Problem: Nothing below is to be printed except the lines between the line holding "extrude(amount=-CUT_EXTRUDE1_DEPTH, mode=Mode.SUBTRACT)" and the line holding "Rebuilt in FreeCAD, every", inclusive, each exactly as it appears.

Supplied material:

+-------+

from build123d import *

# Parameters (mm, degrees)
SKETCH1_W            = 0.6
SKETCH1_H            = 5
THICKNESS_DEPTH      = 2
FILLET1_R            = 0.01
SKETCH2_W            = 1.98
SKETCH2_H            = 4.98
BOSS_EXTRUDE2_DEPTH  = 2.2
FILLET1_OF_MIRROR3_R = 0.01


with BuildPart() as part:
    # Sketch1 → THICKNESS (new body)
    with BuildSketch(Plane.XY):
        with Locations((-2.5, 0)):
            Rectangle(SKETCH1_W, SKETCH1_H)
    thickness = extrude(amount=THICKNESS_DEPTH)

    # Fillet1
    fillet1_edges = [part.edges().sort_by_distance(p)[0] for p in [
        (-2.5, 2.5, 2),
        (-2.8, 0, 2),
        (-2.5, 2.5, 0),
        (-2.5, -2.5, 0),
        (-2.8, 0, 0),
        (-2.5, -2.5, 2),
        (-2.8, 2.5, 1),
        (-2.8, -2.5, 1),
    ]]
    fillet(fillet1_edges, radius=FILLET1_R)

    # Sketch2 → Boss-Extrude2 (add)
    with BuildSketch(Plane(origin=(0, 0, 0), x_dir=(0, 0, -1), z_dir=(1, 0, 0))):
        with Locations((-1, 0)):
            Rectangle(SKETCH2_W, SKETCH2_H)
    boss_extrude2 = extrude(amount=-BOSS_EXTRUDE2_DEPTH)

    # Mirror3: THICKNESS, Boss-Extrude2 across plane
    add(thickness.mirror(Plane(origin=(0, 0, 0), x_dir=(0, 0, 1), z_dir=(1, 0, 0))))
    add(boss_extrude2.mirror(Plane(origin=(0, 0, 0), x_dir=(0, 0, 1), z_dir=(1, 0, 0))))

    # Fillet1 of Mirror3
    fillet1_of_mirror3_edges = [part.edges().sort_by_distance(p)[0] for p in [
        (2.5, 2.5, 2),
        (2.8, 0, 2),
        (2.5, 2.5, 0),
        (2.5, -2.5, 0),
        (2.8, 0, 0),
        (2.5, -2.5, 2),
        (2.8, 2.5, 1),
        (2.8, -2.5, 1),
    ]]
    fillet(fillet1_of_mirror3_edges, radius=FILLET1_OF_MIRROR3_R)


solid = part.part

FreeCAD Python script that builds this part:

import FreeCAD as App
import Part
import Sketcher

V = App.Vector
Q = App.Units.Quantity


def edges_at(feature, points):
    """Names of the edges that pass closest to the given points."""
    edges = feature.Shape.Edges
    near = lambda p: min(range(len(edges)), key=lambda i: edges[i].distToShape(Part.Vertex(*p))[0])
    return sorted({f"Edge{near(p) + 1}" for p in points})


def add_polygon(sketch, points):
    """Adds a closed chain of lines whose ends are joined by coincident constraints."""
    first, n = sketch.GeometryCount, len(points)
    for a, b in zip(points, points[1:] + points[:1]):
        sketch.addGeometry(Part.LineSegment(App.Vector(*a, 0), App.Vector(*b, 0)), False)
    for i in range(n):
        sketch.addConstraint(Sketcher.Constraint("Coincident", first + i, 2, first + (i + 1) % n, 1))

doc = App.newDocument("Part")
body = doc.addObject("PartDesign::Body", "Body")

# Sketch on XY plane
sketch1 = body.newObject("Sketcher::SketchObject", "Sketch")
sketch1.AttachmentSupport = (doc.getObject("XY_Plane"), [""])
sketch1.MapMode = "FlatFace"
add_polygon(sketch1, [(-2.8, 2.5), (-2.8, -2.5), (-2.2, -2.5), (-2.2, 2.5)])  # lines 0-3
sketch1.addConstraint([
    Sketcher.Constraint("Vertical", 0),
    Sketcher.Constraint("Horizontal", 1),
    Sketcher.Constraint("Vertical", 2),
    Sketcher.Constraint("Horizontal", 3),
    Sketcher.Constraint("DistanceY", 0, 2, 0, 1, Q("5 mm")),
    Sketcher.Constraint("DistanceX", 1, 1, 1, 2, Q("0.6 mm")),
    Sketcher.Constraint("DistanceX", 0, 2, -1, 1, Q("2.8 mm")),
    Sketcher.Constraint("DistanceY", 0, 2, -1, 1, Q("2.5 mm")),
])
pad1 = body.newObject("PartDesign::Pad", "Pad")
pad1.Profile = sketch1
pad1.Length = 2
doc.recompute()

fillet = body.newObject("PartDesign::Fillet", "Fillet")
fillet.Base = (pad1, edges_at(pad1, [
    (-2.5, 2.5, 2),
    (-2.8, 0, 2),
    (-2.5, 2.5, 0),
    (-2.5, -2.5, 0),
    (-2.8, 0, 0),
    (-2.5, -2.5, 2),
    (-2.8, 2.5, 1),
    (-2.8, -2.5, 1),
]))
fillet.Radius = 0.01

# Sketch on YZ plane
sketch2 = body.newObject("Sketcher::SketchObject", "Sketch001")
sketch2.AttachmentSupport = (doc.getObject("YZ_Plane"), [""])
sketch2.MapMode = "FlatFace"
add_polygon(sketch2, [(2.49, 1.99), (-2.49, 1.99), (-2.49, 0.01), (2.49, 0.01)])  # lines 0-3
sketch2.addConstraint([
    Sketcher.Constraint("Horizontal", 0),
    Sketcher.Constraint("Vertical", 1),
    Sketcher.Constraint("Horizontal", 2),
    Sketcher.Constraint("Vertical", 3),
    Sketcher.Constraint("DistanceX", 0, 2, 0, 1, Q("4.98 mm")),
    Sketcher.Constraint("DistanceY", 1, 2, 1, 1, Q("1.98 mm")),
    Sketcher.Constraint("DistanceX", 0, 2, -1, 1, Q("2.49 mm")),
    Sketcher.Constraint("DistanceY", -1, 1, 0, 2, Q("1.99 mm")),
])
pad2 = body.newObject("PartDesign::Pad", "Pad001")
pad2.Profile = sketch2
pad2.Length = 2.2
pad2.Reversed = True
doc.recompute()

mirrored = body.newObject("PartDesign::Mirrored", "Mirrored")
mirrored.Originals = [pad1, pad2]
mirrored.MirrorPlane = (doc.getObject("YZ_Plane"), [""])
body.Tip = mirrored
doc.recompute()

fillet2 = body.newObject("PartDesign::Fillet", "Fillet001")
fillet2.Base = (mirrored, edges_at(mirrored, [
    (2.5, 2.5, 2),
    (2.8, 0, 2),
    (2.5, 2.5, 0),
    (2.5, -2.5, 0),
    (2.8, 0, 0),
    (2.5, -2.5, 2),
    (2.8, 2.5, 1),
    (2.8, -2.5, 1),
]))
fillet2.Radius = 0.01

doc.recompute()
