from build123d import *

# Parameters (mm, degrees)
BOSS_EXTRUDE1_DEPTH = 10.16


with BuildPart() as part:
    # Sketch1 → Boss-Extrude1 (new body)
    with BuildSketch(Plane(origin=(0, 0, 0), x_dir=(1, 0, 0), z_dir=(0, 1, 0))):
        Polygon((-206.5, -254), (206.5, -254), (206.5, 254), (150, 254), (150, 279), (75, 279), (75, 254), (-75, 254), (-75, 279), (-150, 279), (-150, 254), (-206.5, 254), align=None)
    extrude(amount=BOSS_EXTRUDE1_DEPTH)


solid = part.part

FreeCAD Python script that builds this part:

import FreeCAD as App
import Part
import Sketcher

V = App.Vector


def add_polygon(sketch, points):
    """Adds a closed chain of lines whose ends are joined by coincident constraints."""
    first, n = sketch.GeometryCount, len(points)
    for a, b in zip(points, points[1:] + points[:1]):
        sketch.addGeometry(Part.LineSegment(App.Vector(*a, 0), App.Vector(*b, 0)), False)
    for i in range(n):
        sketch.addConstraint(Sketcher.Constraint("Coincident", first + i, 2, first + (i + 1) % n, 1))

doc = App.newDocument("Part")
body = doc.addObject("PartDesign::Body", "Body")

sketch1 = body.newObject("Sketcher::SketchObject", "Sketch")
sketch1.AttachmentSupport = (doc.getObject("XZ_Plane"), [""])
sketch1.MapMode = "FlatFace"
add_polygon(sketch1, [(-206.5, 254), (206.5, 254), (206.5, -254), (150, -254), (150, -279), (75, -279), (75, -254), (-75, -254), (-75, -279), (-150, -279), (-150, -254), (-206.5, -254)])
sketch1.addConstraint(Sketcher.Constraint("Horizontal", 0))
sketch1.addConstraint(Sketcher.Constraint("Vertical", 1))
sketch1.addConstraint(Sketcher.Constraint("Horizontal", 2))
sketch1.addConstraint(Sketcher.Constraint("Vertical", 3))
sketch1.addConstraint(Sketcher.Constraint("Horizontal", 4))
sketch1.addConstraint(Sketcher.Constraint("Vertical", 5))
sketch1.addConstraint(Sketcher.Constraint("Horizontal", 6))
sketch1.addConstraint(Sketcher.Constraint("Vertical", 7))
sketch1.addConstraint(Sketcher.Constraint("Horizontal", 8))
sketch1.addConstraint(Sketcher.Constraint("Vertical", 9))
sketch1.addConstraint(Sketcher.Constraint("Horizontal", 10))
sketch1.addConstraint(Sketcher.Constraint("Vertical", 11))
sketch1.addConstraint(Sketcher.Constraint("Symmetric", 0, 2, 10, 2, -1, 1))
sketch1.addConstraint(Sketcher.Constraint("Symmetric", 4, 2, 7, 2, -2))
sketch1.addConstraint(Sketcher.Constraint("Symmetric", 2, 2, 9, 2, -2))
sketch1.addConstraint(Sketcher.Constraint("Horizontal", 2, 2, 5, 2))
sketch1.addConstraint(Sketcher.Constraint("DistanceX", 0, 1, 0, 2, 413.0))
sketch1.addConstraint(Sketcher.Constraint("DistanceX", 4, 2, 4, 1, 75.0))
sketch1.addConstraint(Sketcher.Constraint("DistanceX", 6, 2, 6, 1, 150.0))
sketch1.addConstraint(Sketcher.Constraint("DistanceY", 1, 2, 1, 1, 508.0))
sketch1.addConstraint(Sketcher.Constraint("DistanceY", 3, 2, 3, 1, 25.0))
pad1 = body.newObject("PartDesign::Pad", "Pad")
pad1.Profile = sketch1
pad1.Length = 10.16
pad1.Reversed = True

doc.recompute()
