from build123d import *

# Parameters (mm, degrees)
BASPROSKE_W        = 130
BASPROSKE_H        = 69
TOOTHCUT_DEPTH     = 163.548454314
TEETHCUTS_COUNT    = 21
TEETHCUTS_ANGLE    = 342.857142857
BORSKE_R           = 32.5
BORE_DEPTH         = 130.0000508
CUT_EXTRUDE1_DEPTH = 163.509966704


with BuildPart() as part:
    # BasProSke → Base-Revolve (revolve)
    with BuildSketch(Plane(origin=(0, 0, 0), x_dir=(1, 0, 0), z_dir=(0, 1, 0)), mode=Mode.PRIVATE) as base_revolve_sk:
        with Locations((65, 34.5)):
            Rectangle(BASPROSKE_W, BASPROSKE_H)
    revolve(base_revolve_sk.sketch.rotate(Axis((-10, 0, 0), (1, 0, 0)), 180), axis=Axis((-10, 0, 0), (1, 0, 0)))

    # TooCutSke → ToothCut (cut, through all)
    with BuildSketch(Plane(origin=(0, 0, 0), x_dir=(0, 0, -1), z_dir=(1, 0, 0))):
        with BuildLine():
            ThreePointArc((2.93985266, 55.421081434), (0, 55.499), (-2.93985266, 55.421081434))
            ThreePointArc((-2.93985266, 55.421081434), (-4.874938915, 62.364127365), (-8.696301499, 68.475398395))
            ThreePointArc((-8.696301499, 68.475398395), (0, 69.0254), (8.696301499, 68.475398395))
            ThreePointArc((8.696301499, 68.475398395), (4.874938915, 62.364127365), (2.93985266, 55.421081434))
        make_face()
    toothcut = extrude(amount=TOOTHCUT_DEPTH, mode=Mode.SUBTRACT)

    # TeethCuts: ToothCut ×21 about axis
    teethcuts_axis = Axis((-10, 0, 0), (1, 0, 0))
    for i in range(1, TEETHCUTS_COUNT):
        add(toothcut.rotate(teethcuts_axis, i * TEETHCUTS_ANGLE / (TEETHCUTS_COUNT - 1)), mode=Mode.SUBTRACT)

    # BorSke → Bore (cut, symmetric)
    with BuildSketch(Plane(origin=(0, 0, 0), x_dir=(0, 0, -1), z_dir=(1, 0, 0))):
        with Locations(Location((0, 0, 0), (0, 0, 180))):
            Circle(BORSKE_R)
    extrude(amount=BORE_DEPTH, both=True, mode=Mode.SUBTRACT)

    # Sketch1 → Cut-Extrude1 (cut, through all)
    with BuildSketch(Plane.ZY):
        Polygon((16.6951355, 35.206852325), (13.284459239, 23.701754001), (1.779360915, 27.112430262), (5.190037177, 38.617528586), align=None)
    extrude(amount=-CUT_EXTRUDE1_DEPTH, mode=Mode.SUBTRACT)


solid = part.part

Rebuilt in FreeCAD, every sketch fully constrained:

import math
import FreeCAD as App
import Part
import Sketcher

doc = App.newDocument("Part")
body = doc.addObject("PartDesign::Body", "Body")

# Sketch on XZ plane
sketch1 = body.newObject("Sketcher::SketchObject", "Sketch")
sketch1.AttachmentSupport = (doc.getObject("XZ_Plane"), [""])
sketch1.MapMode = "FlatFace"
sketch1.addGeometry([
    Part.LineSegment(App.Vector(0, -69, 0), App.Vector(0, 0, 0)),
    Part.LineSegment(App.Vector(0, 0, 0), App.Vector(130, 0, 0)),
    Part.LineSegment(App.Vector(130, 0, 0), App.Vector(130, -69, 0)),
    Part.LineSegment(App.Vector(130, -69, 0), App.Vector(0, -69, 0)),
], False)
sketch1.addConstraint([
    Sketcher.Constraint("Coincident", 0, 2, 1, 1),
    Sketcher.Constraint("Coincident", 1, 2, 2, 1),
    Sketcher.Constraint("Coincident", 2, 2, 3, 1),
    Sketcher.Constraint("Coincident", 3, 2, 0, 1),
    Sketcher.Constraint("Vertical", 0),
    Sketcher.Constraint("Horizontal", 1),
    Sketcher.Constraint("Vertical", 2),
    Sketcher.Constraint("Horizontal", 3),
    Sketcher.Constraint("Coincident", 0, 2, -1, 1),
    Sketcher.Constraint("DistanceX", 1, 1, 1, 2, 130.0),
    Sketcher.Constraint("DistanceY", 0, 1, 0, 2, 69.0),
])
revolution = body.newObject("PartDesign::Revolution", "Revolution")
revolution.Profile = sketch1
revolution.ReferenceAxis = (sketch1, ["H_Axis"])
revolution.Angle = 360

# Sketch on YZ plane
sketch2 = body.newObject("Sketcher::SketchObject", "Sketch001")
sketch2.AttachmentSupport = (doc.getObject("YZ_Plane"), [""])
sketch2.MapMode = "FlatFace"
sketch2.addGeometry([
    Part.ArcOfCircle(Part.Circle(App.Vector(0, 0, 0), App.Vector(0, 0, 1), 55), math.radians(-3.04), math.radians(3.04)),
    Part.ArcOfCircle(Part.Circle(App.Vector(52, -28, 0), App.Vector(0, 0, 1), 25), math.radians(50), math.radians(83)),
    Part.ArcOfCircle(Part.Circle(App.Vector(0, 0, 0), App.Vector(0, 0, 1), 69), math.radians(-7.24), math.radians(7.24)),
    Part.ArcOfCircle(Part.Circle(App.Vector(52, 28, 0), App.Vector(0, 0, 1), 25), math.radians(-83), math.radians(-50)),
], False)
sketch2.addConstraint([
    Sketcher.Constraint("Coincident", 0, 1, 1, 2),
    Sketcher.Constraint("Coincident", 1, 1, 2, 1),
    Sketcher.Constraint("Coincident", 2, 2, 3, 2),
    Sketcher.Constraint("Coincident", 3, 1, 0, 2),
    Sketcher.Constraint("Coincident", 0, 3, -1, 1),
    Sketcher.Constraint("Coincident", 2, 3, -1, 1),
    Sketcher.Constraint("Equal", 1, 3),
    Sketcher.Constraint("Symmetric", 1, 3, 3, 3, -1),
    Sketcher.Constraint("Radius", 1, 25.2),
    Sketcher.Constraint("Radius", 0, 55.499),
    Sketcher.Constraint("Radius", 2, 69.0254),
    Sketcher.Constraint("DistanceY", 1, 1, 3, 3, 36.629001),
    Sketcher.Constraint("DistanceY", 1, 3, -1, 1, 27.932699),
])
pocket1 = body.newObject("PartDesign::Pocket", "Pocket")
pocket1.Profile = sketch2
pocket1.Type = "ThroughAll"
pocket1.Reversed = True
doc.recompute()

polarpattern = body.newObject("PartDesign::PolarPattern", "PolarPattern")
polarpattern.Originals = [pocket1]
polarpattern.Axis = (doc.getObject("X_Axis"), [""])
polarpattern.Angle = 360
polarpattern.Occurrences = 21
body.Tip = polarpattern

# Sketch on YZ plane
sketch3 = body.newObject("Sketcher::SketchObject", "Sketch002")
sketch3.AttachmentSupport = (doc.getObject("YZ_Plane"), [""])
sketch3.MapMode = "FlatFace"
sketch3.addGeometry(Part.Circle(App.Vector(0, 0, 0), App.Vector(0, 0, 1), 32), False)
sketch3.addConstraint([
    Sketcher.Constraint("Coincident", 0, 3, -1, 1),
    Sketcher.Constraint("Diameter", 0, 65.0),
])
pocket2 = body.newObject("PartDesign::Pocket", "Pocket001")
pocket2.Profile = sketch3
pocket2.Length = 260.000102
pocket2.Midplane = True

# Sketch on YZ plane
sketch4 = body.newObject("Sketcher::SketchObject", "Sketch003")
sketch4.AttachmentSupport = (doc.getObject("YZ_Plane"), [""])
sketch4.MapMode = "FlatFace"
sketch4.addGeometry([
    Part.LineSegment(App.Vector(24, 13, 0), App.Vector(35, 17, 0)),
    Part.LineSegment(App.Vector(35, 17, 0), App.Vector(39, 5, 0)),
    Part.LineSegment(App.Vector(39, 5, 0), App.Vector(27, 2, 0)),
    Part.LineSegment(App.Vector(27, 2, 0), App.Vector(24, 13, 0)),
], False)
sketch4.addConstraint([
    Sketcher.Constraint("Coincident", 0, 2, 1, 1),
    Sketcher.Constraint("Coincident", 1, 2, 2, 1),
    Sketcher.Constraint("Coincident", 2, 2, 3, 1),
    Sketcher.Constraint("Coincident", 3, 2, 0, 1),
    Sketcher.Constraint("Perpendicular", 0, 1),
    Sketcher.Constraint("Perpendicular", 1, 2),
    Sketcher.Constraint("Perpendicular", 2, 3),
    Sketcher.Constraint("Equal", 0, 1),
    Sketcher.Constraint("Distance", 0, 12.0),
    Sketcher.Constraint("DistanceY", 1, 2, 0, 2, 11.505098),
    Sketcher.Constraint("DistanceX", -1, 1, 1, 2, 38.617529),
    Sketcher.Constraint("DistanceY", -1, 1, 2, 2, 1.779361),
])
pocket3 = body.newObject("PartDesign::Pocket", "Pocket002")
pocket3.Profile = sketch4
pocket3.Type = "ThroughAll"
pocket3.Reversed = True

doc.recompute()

+-------+

Response below:
    extrude(amount=-CUT_EXTRUDE1_DEPTH, mode=Mode.SUBTRACT)


solid = part.part

Rebuilt in FreeCAD, every sketch fully constrained:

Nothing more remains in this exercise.